Task to complete: Look through the data below for the line with "v4 (0.2,6,10.75)", and transcribe it exactly together with each line after it up to and including the line with "v7 (-13,12,10.75)". Give nothing else.

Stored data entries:
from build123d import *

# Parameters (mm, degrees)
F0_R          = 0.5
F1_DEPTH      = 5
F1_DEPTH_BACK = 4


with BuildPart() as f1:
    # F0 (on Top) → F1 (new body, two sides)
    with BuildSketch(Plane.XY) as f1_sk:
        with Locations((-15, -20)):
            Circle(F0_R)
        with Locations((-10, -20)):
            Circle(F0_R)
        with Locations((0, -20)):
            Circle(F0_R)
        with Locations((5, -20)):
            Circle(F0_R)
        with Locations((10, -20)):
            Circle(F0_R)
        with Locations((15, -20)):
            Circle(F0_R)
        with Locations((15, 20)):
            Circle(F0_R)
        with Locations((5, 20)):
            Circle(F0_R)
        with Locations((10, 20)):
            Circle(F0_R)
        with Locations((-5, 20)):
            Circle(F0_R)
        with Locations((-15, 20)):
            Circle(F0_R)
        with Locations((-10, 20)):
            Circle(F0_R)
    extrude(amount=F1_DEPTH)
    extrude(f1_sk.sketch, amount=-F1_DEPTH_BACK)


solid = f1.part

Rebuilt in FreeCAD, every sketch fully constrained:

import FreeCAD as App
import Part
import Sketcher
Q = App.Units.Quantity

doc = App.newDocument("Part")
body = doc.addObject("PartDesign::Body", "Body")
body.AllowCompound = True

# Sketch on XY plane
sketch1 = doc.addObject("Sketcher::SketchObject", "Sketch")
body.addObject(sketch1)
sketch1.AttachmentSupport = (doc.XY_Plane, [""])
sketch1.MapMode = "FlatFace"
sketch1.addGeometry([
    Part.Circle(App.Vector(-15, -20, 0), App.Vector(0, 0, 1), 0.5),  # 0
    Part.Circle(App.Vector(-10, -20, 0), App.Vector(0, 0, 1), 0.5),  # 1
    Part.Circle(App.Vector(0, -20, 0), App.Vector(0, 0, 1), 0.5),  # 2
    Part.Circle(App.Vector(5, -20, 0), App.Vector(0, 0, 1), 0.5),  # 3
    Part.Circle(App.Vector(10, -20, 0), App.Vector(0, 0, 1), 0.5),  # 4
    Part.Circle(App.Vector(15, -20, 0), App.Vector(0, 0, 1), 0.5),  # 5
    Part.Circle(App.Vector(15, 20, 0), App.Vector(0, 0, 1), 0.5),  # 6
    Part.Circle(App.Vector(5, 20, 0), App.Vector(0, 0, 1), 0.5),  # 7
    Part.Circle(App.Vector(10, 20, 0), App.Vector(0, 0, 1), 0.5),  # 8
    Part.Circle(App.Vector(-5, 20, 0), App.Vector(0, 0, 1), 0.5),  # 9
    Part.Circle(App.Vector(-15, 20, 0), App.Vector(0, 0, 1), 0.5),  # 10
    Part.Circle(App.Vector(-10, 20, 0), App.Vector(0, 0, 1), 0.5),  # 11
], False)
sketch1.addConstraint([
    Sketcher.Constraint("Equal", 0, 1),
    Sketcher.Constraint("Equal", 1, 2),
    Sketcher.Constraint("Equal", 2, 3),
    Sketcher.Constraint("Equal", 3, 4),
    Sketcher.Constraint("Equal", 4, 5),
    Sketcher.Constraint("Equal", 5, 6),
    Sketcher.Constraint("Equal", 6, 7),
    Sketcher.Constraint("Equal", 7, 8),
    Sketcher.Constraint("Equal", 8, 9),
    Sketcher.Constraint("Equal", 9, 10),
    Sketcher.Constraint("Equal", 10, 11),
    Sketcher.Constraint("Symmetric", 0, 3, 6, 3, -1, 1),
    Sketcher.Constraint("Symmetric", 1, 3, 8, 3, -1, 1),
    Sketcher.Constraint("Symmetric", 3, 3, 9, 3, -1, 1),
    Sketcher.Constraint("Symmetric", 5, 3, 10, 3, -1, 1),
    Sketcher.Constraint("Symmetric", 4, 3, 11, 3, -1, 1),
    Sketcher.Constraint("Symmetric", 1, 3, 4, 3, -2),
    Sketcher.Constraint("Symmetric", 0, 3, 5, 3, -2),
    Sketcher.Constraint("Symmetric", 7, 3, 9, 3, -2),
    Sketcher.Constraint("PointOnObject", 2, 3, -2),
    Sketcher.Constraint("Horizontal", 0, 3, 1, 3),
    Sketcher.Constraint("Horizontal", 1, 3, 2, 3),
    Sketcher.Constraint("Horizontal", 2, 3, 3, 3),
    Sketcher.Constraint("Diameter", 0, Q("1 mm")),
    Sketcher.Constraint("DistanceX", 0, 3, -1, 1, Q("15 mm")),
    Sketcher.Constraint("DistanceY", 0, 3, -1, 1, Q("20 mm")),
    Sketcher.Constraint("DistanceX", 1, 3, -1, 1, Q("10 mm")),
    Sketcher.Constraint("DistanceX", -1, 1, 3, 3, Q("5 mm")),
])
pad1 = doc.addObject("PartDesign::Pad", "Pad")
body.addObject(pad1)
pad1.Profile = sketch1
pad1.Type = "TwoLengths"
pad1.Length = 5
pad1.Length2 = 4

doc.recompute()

==

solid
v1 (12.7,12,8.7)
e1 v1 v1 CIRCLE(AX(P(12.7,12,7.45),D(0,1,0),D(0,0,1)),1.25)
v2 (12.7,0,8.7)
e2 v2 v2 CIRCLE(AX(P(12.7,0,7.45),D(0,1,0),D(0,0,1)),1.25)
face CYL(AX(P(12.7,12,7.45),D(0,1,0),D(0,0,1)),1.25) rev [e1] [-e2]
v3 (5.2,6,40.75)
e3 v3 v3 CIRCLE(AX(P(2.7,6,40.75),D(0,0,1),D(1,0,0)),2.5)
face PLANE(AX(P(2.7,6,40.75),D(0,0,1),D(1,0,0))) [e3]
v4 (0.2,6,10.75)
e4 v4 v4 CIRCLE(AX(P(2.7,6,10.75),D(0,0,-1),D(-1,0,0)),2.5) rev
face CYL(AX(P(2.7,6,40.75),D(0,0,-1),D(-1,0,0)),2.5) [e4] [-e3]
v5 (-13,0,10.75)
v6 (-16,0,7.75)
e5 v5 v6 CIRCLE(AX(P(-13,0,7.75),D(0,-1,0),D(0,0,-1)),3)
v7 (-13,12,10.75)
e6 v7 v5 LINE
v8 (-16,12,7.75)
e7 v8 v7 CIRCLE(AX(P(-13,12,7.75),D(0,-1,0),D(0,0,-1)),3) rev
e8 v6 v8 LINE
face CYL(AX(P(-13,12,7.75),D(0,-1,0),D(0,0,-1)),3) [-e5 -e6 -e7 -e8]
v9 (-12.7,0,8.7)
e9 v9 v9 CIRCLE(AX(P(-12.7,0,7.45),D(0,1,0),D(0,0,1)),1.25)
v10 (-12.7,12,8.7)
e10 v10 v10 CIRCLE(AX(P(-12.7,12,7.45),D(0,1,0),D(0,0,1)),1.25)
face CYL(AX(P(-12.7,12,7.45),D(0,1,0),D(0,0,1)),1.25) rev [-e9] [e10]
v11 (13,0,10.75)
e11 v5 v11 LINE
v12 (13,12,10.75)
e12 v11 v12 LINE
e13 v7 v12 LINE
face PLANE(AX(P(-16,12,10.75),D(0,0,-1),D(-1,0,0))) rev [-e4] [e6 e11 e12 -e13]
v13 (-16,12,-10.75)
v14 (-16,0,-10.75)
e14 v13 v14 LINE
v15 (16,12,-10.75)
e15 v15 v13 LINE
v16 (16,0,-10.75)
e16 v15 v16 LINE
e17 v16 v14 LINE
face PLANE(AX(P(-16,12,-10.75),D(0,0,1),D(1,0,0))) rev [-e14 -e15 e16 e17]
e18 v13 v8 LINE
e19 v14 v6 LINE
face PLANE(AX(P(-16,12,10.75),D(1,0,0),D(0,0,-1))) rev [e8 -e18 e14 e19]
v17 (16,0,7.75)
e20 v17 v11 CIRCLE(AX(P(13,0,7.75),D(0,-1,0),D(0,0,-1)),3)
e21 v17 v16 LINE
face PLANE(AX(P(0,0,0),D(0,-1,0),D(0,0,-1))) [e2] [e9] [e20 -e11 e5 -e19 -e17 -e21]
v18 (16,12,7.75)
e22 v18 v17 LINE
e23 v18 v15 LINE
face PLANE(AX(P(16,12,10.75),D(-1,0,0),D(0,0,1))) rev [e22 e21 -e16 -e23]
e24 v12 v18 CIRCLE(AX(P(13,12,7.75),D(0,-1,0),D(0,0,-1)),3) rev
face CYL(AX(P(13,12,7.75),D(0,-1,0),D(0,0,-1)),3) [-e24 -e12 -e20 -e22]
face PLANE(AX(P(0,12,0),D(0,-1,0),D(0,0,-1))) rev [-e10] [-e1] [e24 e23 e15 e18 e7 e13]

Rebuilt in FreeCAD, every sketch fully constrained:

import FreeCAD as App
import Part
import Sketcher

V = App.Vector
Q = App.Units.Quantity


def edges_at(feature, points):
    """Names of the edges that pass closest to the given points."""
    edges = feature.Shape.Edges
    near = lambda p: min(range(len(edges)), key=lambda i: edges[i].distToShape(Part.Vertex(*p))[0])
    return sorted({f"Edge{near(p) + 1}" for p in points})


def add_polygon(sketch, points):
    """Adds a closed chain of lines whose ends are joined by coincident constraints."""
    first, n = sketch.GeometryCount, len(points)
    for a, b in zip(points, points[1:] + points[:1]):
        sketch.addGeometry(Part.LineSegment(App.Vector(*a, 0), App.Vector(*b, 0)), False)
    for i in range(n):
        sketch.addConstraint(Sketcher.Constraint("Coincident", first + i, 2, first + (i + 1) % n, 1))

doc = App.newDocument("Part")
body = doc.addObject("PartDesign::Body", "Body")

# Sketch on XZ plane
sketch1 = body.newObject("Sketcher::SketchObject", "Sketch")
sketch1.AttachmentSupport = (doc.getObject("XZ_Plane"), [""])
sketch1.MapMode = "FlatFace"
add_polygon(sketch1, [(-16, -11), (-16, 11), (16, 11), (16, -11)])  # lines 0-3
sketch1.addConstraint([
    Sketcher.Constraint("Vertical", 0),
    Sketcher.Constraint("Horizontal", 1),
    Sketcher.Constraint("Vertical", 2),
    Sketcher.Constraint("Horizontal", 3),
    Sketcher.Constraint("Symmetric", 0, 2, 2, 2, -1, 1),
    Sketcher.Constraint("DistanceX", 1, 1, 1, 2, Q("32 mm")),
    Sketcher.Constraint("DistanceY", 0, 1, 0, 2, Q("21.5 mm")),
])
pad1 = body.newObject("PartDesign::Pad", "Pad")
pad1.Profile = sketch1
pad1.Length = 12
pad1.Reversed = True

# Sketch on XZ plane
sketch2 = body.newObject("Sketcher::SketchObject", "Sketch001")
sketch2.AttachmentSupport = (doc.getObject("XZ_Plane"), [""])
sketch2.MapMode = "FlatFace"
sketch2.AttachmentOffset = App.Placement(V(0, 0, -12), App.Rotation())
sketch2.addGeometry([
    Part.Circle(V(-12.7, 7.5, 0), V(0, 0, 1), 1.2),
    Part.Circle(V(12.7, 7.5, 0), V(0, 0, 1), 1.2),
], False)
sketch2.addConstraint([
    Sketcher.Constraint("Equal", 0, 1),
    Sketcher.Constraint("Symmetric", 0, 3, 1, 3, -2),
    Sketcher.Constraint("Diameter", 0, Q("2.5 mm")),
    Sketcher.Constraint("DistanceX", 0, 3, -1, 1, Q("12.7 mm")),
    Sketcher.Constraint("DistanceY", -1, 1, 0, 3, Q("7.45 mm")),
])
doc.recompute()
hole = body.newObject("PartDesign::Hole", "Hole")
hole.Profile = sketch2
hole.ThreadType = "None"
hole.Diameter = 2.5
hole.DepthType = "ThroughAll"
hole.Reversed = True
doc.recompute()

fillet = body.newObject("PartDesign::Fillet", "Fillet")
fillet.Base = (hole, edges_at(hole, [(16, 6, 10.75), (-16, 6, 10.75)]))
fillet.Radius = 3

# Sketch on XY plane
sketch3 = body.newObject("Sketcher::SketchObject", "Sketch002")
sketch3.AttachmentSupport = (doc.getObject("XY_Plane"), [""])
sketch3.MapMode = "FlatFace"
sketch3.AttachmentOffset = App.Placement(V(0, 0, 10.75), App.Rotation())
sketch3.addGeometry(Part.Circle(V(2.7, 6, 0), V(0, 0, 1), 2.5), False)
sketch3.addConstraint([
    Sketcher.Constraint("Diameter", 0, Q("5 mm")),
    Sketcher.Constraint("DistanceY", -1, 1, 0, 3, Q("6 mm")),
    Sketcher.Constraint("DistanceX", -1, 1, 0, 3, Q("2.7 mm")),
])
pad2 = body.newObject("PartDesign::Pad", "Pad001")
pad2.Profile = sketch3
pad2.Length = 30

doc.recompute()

Your solution:
v4 (0.2,6,10.75)
e4 v4 v4 CIRCLE(AX(P(2.7,6,10.75),D(0,0,-1),D(-1,0,0)),2.5) rev
face CYL(AX(P(2.7,6,40.75),D(0,0,-1),D(-1,0,0)),2.5) [e4] [-e3]
v5 (-13,0,10.75)
v6 (-16,0,7.75)
e5 v5 v6 CIRCLE(AX(P(-13,0,7.75),D(0,-1,0),D(0,0,-1)),3)
v7 (-13,12,10.75)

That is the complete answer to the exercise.